- _WORK ITEM_
Copy each line below that includes "drawn".

- _Saved entries_
■ ■ ■ ■ ■ ■ ■

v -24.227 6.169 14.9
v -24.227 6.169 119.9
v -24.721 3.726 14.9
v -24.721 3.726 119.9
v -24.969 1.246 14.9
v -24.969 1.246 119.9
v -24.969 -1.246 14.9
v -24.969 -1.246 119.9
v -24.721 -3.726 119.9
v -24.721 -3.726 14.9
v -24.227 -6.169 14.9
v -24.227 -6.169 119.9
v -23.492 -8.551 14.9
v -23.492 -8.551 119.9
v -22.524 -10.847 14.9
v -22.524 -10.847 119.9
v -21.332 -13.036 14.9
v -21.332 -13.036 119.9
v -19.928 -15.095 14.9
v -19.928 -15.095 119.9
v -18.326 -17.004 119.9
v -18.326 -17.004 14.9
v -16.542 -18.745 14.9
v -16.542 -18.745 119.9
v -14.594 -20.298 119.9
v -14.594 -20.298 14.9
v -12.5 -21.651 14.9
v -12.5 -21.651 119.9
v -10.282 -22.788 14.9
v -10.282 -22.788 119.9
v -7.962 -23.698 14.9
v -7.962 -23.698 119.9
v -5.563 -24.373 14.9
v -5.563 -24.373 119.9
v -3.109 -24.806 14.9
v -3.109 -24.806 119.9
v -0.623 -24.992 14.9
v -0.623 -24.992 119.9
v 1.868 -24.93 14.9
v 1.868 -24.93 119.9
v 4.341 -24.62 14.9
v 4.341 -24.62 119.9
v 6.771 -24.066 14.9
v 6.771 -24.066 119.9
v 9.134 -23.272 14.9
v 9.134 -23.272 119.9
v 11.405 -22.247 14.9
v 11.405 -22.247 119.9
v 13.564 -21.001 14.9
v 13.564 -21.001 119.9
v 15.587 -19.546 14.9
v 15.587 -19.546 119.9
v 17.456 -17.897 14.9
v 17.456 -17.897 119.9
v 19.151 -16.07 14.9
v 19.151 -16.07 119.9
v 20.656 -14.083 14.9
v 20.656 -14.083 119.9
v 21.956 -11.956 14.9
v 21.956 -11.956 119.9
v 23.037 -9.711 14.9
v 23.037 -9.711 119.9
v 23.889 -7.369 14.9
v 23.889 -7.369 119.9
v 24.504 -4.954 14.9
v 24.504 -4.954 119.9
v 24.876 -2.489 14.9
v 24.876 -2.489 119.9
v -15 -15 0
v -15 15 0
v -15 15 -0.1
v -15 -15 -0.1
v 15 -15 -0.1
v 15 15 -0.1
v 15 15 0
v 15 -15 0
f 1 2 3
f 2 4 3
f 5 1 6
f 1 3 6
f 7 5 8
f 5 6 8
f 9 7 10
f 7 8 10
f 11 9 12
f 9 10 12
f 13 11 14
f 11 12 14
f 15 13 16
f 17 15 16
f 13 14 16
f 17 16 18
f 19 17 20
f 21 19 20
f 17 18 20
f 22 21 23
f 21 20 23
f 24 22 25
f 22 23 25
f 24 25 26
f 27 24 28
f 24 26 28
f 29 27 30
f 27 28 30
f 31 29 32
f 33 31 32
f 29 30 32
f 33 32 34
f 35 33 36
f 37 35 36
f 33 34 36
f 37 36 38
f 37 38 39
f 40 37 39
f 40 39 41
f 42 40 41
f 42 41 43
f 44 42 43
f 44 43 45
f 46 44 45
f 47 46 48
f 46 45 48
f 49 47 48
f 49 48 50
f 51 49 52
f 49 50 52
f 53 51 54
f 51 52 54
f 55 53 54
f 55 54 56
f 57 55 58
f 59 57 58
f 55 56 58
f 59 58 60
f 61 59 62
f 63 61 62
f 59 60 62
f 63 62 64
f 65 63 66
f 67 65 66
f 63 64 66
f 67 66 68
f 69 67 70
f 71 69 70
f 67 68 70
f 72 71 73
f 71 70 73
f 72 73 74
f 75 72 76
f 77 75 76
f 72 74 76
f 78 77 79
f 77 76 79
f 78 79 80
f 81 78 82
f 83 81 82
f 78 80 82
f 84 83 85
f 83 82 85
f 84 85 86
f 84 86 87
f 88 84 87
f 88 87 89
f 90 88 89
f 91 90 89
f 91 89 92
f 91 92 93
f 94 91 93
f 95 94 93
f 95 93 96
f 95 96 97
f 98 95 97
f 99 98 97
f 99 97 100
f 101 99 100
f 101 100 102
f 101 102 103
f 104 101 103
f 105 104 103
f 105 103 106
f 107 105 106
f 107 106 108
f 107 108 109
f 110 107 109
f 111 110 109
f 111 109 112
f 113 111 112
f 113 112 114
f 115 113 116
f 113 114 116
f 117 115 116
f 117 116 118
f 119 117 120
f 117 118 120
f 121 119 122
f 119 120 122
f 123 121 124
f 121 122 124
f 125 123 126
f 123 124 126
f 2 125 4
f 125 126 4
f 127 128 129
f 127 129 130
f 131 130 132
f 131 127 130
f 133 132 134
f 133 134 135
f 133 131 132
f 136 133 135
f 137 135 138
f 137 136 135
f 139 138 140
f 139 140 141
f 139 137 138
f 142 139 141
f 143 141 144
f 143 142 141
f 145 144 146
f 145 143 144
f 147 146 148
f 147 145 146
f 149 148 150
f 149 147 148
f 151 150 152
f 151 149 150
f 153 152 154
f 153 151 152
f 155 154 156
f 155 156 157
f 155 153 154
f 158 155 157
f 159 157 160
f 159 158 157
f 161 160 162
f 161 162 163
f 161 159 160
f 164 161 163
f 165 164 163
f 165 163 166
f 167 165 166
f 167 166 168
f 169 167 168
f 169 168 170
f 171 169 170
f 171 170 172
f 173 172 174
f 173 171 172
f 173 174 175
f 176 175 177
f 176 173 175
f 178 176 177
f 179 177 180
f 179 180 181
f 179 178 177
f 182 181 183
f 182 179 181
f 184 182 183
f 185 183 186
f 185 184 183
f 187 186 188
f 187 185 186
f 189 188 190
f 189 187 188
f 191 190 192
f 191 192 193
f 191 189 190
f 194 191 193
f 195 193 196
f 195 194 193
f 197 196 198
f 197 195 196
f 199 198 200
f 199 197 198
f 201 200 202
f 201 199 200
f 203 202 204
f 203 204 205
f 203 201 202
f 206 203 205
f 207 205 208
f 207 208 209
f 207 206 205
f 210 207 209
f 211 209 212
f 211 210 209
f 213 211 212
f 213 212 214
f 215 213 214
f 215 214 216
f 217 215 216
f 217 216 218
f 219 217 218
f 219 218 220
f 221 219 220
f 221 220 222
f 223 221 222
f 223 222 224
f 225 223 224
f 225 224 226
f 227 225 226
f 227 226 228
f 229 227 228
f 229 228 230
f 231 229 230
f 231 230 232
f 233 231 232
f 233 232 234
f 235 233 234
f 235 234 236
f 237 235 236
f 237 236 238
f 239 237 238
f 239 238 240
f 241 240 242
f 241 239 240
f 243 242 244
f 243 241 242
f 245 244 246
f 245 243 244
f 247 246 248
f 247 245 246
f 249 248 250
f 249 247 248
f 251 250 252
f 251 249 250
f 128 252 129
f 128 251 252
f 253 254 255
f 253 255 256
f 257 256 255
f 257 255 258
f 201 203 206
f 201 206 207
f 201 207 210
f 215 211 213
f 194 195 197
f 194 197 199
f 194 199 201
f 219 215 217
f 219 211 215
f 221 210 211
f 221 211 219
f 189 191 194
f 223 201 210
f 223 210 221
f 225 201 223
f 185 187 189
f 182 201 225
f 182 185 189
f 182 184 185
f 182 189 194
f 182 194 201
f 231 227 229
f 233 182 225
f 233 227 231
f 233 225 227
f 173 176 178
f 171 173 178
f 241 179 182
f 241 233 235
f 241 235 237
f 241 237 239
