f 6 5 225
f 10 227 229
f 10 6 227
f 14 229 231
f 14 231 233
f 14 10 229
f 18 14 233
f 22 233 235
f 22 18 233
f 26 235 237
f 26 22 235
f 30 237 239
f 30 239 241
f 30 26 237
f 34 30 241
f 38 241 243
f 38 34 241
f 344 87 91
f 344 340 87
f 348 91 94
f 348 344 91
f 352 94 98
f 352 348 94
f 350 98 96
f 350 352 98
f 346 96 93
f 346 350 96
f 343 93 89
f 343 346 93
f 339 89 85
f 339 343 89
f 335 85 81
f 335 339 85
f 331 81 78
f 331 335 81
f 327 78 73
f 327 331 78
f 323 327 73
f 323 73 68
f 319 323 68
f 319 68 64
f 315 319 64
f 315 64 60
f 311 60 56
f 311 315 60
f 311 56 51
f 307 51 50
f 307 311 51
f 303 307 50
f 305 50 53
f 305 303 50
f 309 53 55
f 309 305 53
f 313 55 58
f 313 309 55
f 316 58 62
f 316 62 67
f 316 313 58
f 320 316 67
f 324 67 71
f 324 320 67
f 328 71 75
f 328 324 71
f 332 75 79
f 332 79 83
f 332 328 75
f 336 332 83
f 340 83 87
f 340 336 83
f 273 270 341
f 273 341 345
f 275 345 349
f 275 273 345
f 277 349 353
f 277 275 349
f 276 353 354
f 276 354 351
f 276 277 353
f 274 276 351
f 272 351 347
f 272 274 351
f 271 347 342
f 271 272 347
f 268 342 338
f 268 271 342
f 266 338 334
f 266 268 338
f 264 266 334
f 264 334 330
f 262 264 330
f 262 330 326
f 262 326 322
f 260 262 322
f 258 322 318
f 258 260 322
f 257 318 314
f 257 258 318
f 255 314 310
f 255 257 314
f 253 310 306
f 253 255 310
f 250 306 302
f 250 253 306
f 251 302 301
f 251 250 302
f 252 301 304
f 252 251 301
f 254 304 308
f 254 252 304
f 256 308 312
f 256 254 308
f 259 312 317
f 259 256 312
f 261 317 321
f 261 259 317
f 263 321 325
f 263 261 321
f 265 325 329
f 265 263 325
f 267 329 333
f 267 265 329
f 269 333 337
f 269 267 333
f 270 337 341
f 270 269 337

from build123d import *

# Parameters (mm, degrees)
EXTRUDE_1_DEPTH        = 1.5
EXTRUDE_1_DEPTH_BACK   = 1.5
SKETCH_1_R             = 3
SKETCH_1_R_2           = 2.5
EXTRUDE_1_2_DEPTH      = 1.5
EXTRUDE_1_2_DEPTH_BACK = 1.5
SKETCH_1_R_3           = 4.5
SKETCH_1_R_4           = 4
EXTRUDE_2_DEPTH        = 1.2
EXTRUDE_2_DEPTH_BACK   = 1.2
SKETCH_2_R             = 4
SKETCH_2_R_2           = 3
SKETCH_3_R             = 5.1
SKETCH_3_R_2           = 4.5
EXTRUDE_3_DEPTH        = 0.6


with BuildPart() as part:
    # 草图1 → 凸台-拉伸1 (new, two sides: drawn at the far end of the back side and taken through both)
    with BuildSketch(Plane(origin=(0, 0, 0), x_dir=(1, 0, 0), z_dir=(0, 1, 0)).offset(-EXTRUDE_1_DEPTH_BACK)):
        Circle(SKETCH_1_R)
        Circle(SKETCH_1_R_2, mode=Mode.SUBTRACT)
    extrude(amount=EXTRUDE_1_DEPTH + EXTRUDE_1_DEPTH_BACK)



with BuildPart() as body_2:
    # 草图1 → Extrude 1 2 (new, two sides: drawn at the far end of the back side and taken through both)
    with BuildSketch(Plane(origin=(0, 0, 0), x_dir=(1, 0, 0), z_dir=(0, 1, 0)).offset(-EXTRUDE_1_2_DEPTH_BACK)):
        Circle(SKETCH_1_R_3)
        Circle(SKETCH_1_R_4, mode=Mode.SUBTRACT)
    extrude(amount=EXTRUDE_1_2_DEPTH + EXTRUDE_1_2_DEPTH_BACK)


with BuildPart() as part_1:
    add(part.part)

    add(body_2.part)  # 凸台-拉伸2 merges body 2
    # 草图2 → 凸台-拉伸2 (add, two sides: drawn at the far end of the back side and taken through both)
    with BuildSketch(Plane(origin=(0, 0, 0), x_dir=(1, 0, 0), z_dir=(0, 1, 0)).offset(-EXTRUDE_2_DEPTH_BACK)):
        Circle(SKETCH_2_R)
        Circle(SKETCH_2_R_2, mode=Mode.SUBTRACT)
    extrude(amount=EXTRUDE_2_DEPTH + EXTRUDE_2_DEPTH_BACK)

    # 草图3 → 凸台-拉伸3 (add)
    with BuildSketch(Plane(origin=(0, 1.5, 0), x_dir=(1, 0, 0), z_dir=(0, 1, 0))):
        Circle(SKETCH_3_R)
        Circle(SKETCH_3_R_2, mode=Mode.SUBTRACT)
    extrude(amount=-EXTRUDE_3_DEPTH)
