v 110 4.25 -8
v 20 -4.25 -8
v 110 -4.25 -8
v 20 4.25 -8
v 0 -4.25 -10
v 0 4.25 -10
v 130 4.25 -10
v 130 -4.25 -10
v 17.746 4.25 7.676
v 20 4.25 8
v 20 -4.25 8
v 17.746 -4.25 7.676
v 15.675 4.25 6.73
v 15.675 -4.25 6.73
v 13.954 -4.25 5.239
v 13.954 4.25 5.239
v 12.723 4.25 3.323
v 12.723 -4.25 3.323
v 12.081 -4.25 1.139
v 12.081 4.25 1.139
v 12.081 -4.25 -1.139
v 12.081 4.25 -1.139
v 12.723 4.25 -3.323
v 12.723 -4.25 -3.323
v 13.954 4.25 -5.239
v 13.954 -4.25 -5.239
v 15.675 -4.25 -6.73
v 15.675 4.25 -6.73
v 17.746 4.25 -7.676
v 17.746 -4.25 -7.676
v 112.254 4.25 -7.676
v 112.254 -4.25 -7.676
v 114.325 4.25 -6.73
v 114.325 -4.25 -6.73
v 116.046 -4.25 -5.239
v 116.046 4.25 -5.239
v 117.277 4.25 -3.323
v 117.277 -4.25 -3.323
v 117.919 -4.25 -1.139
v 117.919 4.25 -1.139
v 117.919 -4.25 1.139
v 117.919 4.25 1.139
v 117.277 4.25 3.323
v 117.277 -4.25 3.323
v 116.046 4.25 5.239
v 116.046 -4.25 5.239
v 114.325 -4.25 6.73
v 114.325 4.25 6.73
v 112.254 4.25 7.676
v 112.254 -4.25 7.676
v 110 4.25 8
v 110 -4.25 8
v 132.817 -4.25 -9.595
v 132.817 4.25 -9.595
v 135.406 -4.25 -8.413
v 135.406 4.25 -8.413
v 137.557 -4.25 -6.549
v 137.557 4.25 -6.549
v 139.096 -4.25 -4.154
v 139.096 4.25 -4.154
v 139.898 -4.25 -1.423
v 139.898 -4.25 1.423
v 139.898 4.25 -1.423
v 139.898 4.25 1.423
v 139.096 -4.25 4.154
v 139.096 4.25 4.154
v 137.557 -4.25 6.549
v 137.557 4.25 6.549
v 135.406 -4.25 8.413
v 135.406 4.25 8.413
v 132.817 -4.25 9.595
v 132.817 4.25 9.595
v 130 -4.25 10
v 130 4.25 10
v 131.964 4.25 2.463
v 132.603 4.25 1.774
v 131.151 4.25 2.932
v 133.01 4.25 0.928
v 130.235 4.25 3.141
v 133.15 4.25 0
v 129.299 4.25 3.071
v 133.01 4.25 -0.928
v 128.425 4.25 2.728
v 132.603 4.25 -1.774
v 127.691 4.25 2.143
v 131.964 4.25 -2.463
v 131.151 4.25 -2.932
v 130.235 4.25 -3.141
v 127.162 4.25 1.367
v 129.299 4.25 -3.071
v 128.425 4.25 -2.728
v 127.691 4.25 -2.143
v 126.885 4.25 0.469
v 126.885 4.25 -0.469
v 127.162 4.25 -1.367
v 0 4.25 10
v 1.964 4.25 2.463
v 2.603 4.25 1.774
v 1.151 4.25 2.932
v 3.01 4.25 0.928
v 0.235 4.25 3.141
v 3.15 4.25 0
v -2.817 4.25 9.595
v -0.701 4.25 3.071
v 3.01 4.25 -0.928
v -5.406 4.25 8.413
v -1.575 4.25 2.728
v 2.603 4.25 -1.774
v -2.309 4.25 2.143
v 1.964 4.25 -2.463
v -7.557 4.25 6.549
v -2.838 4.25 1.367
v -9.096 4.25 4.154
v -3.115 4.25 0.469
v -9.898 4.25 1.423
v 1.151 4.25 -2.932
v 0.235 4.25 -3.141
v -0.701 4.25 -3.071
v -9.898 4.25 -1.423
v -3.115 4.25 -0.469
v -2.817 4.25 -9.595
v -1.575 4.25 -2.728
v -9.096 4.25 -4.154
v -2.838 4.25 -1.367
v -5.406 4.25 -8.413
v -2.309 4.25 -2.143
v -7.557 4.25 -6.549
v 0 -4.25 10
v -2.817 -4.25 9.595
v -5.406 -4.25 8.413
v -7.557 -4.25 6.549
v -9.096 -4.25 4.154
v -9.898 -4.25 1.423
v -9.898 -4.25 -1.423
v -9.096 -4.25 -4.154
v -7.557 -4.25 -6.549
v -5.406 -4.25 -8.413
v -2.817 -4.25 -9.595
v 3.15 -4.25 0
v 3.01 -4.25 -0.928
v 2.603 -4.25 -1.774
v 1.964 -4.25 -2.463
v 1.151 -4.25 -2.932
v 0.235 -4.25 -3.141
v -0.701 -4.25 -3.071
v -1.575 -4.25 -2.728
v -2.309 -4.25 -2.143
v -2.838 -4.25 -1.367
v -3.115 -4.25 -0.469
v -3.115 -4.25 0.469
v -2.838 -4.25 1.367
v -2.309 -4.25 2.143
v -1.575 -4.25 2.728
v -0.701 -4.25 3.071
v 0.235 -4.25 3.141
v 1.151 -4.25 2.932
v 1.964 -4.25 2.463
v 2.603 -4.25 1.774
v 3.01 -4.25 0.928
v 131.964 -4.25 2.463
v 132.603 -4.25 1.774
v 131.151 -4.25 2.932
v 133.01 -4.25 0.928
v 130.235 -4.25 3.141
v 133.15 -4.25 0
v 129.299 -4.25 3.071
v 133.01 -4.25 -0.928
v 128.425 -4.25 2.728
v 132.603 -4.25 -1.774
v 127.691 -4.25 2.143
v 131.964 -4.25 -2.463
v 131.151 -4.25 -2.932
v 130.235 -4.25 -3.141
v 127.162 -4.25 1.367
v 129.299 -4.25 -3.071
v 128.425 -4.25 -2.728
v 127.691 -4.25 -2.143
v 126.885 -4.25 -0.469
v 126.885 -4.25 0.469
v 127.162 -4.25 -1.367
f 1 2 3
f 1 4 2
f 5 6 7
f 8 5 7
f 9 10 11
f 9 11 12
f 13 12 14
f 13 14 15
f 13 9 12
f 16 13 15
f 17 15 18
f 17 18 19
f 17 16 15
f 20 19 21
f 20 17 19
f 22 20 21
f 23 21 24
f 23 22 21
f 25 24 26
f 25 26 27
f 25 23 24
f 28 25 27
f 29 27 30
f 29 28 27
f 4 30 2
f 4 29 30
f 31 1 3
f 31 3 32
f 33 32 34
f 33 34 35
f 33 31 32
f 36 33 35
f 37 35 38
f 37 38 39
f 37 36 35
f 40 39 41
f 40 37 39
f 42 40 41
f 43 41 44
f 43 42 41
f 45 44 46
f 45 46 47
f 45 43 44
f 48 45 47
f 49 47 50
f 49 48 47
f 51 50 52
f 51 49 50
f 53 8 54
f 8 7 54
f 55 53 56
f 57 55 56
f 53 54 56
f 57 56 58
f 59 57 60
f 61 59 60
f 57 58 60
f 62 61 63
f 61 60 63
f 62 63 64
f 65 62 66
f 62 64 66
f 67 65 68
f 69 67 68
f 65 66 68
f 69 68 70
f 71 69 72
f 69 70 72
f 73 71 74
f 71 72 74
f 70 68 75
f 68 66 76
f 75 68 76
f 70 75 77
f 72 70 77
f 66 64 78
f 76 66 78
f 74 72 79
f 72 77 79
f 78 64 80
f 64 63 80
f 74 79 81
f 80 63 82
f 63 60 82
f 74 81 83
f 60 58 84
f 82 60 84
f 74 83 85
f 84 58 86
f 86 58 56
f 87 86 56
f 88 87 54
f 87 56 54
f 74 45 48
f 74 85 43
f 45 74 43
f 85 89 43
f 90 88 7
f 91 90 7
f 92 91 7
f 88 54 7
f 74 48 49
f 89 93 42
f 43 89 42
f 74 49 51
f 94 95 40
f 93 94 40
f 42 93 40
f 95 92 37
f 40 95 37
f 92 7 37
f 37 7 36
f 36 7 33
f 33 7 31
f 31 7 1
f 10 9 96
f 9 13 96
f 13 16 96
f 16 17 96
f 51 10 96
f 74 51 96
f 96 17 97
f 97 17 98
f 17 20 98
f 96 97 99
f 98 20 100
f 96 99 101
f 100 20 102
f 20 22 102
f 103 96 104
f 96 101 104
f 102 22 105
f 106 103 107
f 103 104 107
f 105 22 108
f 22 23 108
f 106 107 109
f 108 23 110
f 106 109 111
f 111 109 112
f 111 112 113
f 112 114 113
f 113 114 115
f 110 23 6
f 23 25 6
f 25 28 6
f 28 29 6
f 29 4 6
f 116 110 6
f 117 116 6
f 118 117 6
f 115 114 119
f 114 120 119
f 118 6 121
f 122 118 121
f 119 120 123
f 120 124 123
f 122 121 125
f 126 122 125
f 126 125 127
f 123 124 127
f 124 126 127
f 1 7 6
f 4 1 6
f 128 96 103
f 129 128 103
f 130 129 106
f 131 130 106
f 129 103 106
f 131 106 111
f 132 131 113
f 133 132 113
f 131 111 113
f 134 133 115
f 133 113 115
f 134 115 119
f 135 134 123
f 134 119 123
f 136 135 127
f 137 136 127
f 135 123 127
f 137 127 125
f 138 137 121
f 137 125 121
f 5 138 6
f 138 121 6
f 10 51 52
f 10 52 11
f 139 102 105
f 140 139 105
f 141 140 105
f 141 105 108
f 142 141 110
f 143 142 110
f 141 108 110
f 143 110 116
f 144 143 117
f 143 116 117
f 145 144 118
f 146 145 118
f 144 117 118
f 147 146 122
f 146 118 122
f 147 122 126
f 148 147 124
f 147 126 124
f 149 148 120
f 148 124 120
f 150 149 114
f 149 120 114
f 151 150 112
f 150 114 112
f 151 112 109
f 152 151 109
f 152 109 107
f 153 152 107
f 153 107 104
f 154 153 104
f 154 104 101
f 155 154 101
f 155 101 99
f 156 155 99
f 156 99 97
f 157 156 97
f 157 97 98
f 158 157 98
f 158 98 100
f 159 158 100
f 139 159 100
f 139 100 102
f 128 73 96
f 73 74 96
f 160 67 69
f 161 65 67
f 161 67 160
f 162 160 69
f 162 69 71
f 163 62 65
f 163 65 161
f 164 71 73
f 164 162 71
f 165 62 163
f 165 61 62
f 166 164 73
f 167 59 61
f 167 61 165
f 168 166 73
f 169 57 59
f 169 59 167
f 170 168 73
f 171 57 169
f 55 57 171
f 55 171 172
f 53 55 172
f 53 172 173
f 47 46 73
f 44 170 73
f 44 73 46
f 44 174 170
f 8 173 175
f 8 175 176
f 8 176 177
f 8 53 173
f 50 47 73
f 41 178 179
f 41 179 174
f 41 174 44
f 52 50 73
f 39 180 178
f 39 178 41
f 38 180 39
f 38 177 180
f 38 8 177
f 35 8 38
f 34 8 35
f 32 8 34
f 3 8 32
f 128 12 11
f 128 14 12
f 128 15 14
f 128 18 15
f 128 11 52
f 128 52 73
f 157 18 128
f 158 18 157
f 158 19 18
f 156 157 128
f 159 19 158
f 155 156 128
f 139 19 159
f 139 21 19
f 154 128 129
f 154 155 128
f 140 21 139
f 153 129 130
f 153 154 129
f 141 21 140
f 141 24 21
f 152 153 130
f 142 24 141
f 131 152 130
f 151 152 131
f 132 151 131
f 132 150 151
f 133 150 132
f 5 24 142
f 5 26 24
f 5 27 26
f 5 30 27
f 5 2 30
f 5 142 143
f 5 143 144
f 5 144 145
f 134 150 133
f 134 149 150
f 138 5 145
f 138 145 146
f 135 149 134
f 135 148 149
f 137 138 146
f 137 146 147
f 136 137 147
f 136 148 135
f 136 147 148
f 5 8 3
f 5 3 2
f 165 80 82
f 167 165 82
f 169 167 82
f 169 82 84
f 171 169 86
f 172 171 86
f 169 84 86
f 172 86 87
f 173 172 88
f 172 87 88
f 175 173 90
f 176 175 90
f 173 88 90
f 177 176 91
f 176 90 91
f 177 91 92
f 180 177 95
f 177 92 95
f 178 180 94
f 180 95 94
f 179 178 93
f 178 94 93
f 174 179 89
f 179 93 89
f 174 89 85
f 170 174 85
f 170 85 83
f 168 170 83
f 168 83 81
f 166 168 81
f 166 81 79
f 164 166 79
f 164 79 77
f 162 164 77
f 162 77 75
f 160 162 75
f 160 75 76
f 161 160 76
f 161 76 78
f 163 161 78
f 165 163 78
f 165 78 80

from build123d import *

# Parameters (mm, degrees)
BOSS_EXTRU_1_DEPTH      = 4.25
ESQUISSE2_R             = 3.15
ENL_V_MAT_EXTRU_1_DEPTH = 9.5


with BuildPart() as part:
    # Esquisse1 → Boss.-Extru.1 (new body, symmetric)
    with BuildSketch(Plane(origin=(0, 0, 0), x_dir=(1, 0, 0), z_dir=(0, 1, 0))):
        with BuildLine():
            Line((0, 10), (130, 10))
            ThreePointArc((130, 10), (140, 0), (130, -10))
            Line((130, -10), (0, -10))
            ThreePointArc((0, -10), (-10, 0), (0, 10))
        make_face()
        with BuildLine():
            Line((20, 8), (110, 8))
            ThreePointArc((110, 8), (118, 0), (110, -8))
            Line((110, -8), (20, -8))
            ThreePointArc((20, -8), (12, 0), (20, 8))
        make_face(mode=Mode.SUBTRACT)
    extrude(amount=BOSS_EXTRU_1_DEPTH, both=True)

    # Esquisse2 → Enlèv. mat.-Extru.1 (cut, through all)
    with BuildSketch(Plane(origin=(0, 4.25, 0), x_dir=(1, 0, 0), z_dir=(0, 1, 0))):
        Circle(ESQUISSE2_R)
        with Locations((130, 0)):
            Circle(ESQUISSE2_R)
    extrude(amount=-ENL_V_MAT_EXTRU_1_DEPTH, mode=Mode.SUBTRACT)


solid = part.part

■ ■ ■ ■ ■ ■ ■

- _REPLY_
    # 草图1 → 凸台-拉伸1 (new, two sides: drawn at the far end of the back side and taken through both)
    # 草图1 → Extrude 1 2 (new, two sides: drawn at the far end of the back side and taken through both)
    # 草图2 → 凸台-拉伸2 (add, two sides: drawn at the far end of the back side and taken through both)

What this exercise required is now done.